[Opening Records for processing section]

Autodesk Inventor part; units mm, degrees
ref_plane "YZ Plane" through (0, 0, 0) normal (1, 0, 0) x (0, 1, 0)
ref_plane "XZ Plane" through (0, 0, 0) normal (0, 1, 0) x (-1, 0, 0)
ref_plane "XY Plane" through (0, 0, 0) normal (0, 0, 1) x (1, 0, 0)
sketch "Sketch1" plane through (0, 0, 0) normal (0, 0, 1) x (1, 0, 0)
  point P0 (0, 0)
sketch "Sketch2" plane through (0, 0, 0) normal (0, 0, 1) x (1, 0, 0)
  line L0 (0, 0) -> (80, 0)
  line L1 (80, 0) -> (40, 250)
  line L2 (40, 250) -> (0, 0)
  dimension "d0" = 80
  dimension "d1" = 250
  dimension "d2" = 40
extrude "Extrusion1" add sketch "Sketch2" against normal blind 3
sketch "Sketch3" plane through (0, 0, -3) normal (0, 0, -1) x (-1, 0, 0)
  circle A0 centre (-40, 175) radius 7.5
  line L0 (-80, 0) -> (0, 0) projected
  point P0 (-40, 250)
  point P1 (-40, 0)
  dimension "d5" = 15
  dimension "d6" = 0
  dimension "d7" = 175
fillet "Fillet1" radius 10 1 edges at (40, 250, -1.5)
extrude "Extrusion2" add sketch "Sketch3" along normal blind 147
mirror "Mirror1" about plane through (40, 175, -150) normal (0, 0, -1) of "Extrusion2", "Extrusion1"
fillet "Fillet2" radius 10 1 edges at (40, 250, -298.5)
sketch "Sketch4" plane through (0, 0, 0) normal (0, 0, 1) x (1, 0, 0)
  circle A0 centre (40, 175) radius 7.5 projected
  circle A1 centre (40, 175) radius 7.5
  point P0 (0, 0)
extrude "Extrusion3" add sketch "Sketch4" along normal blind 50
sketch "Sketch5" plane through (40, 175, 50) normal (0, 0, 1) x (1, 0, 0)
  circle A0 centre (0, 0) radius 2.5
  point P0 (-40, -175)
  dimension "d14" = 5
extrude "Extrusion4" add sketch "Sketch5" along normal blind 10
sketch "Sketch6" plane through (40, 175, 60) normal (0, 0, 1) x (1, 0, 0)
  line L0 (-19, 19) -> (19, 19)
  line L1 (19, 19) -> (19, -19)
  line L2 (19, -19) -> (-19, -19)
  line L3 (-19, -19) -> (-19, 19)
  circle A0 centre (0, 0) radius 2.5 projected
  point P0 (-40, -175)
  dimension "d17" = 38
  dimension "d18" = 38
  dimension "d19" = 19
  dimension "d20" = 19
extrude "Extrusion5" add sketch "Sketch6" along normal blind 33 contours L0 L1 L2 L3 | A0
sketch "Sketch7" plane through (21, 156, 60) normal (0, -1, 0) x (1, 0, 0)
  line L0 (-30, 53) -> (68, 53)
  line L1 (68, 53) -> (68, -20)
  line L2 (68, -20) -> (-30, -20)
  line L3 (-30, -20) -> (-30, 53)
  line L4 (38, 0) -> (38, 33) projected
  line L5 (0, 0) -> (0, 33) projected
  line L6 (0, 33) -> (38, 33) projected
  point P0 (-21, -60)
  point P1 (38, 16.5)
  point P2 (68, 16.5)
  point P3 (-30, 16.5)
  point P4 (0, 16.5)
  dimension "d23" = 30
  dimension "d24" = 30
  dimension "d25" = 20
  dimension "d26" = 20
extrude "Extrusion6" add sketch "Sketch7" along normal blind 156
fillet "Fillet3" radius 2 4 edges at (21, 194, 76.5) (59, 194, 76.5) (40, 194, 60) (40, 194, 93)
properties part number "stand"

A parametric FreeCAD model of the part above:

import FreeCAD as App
import Part
import Sketcher
from FreeCAD import Vector


def edges_at(feature, points):
    """Names of the edges that pass closest to the given points."""
    edges = feature.Shape.Edges
    near = lambda p: min(range(len(edges)), key=lambda i: edges[i].distToShape(Part.Vertex(*p))[0])
    return sorted({f"Edge{near(p) + 1}" for p in points})

doc = App.newDocument("Part")
body = doc.addObject("PartDesign::Body", "Body")

# Sketch on XY plane
sketch1 = body.newObject("Sketcher::SketchObject", "Sketch")
sketch1.AttachmentSupport = (doc.getObject("XY_Plane"), [""])
sketch1.MapMode = "FlatFace"
sketch1.addGeometry(Part.LineSegment(Vector(40, 250, 0), Vector(0, 0, 0)), False)
sketch1.addGeometry(Part.LineSegment(Vector(0, 0, 0), Vector(80, 0, 0)), False)
sketch1.addGeometry(Part.LineSegment(Vector(80, 0, 0), Vector(40, 250, 0)), False)
sketch1.addConstraint(Sketcher.Constraint("Coincident", 0, 2, 1, 1))
sketch1.addConstraint(Sketcher.Constraint("Coincident", 1, 2, 2, 1))
sketch1.addConstraint(Sketcher.Constraint("Coincident", 2, 2, 0, 1))
sketch1.addConstraint(Sketcher.Constraint("Horizontal", 1))
sketch1.addConstraint(Sketcher.Constraint("Coincident", 0, 2, -1, 1))
sketch1.addConstraint(Sketcher.Constraint("Equal", 0, 2))
sketch1.addConstraint(Sketcher.Constraint("DistanceX", 1, 1, 1, 2, 80.0))
sketch1.addConstraint(Sketcher.Constraint("DistanceY", -1, 1, 2, 2, 250.0))
pad1 = body.newObject("PartDesign::Pad", "Pad")
pad1.Profile = sketch1
pad1.Length = 3
pad1.Reversed = True
doc.recompute()

fillet = body.newObject("PartDesign::Fillet", "Fillet")
fillet.Base = (pad1, edges_at(pad1, [(40, 250, -1.5)]))
fillet.Radius = 10

# Sketch on XY plane
sketch2 = body.newObject("Sketcher::SketchObject", "Sketch001")
sketch2.AttachmentSupport = (doc.getObject("XY_Plane"), [""])
sketch2.MapMode = "FlatFace"
sketch2.AttachmentOffset = App.Placement(Vector(0, 0, -3), App.Rotation())
sketch2.addGeometry(Part.Circle(Vector(40, 175, 0), Vector(0, 0, 1), 8), False)
sketch2.addConstraint(Sketcher.Constraint("Diameter", 0, 15.0))
sketch2.addConstraint(Sketcher.Constraint("DistanceY", -1, 1, 0, 3, 175.0))
sketch2.addConstraint(Sketcher.Constraint("DistanceX", -1, 1, 0, 3, 40.0))
pad2 = body.newObject("PartDesign::Pad", "Pad001")
pad2.Profile = sketch2
pad2.Length = 147
pad2.Reversed = True
doc.recompute()

datumplane = body.newObject("PartDesign::Plane", "DatumPlane")
datumplane.AttachmentSupport = (doc.getObject("XY_Plane"), [""])
datumplane.MapMode = "FlatFace"
datumplane.AttachmentOffset = App.Placement(Vector(0, 0, -150), App.Rotation())
mirrored = body.newObject("PartDesign::Mirrored", "Mirrored")
mirrored.Originals = [pad2, pad1]
mirrored.MirrorPlane = (datumplane, [""])
body.Tip = mirrored
doc.recompute()

fillet2 = body.newObject("PartDesign::Fillet", "Fillet001")
fillet2.Base = (mirrored, edges_at(mirrored, [(40, 250, -298.5)]))
fillet2.Radius = 10

# Sketch on XY plane
sketch3 = body.newObject("Sketcher::SketchObject", "Sketch002")
sketch3.AttachmentSupport = (doc.getObject("XY_Plane"), [""])
sketch3.MapMode = "FlatFace"
sketch3.addGeometry(Part.Circle(Vector(40, 175, 0), Vector(0, 0, 1), 8), False)
sketch3.addConstraint(Sketcher.Constraint("Diameter", 0, 15.0))
sketch3.addConstraint(Sketcher.Constraint("DistanceX", -1, 1, 0, 3, 40.0))
sketch3.addConstraint(Sketcher.Constraint("DistanceY", -1, 1, 0, 3, 175.0))
pad3 = body.newObject("PartDesign::Pad", "Pad002")
pad3.Profile = sketch3
pad3.Length = 50

# Sketch on XY plane
sketch4 = body.newObject("Sketcher::SketchObject", "Sketch003")
sketch4.AttachmentSupport = (doc.getObject("XY_Plane"), [""])
sketch4.MapMode = "FlatFace"
sketch4.AttachmentOffset = App.Placement(Vector(0, 0, 50), App.Rotation())
sketch4.addGeometry(Part.Circle(Vector(40, 175, 0), Vector(0, 0, 1), 2.5), False)
sketch4.addConstraint(Sketcher.Constraint("Diameter", 0, 5.0))
sketch4.addConstraint(Sketcher.Constraint("DistanceX", -1, 1, 0, 3, 40.0))
sketch4.addConstraint(Sketcher.Constraint("DistanceY", -1, 1, 0, 3, 175.0))
pad4 = body.newObject("PartDesign::Pad", "Pad003")
pad4.Profile = sketch4
pad4.Length = 10

# Sketch on XY plane
sketch5 = body.newObject("Sketcher::SketchObject", "Sketch004")
sketch5.AttachmentSupport = (doc.getObject("XY_Plane"), [""])
sketch5.MapMode = "FlatFace"
sketch5.AttachmentOffset = App.Placement(Vector(0, 0, 60), App.Rotation())
sketch5.addGeometry(Part.LineSegment(Vector(59, 194, 0), Vector(21, 194, 0)), False)
sketch5.addGeometry(Part.LineSegment(Vector(21, 194, 0), Vector(21, 156, 0)), False)
sketch5.addGeometry(Part.LineSegment(Vector(21, 156, 0), Vector(59, 156, 0)), False)
sketch5.addGeometry(Part.LineSegment(Vector(59, 156, 0), Vector(59, 194, 0)), False)
sketch5.addConstraint(Sketcher.Constraint("Coincident", 0, 2, 1, 1))
sketch5.addConstraint(Sketcher.Constraint("Coincident", 1, 2, 2, 1))
sketch5.addConstraint(Sketcher.Constraint("Coincident", 2, 2, 3, 1))
sketch5.addConstraint(Sketcher.Constraint("Coincident", 3, 2, 0, 1))
sketch5.addConstraint(Sketcher.Constraint("Horizontal", 0))
sketch5.addConstraint(Sketcher.Constraint("Vertical", 1))
sketch5.addConstraint(Sketcher.Constraint("Horizontal", 2))
sketch5.addConstraint(Sketcher.Constraint("Vertical", 3))
sketch5.addConstraint(Sketcher.Constraint("Equal", 2, 1))
sketch5.addConstraint(Sketcher.Constraint("DistanceX", 0, 2, 0, 1, 38.0))
sketch5.addConstraint(Sketcher.Constraint("DistanceX", -1, 1, 0, 2, 21.0))
sketch5.addConstraint(Sketcher.Constraint("DistanceY", -1, 1, 0, 2, 194.0))
pad5 = body.newObject("PartDesign::Pad", "Pad004")
pad5.Profile = sketch5
pad5.Length = 33

# Sketch on XZ plane
sketch6 = body.newObject("Sketcher::SketchObject", "Sketch005")
sketch6.AttachmentSupport = (doc.getObject("XZ_Plane"), [""])
sketch6.MapMode = "FlatFace"
sketch6.AttachmentOffset = App.Placement(Vector(0, 0, -156), App.Rotation())
sketch6.addGeometry(Part.LineSegment(Vector(89, 113, 0), Vector(-9, 113, 0)), False)
sketch6.addGeometry(Part.LineSegment(Vector(-9, 113, 0), Vector(-9, 40, 0)), False)
sketch6.addGeometry(Part.LineSegment(Vector(-9, 40, 0), Vector(89, 40, 0)), False)
sketch6.addGeometry(Part.LineSegment(Vector(89, 40, 0), Vector(89, 113, 0)), False)
sketch6.addConstraint(Sketcher.Constraint("Coincident", 0, 2, 1, 1))
sketch6.addConstraint(Sketcher.Constraint("Coincident", 1, 2, 2, 1))
sketch6.addConstraint(Sketcher.Constraint("Coincident", 2, 2, 3, 1))
sketch6.addConstraint(Sketcher.Constraint("Coincident", 3, 2, 0, 1))
sketch6.addConstraint(Sketcher.Constraint("Horizontal", 0))
sketch6.addConstraint(Sketcher.Constraint("Vertical", 1))
sketch6.addConstraint(Sketcher.Constraint("Horizontal", 2))
sketch6.addConstraint(Sketcher.Constraint("Vertical", 3))
sketch6.addConstraint(Sketcher.Constraint("DistanceX", 0, 2, 0, 1, 98.0))
sketch6.addConstraint(Sketcher.Constraint("DistanceY", 1, 2, 1, 1, 73.0))
sketch6.addConstraint(Sketcher.Constraint("DistanceX", 0, 2, -1, 1, 9.0))
sketch6.addConstraint(Sketcher.Constraint("DistanceY", -1, 1, 0, 2, 113.0))
pad6 = body.newObject("PartDesign::Pad", "Pad005")
pad6.Profile = sketch6
pad6.Length = 156
doc.recompute()

fillet3 = body.newObject("PartDesign::Fillet", "Fillet002")
fillet3.Base = (pad6, edges_at(pad6, [
    (21, 194, 76.5),
    (59, 194, 76.5),
    (40, 194, 60),
    (40, 194, 93),
]))
fillet3.Radius = 2

doc.recompute()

[Closing Records for processing section]

_What the task asks_
Find all lines in the records that hold the word "blind". Copy them.

_Response area_
extrude "Extrusion1" add sketch "Sketch2" against normal blind 3
extrude "Extrusion2" add sketch "Sketch3" along normal blind 147
extrude "Extrusion3" add sketch "Sketch4" along normal blind 50
extrude "Extrusion4" add sketch "Sketch5" along normal blind 10
extrude "Extrusion5" add sketch "Sketch6" along normal blind 33 contours L0 L1 L2 L3 | A0
extrude "Extrusion6" add sketch "Sketch7" along normal blind 156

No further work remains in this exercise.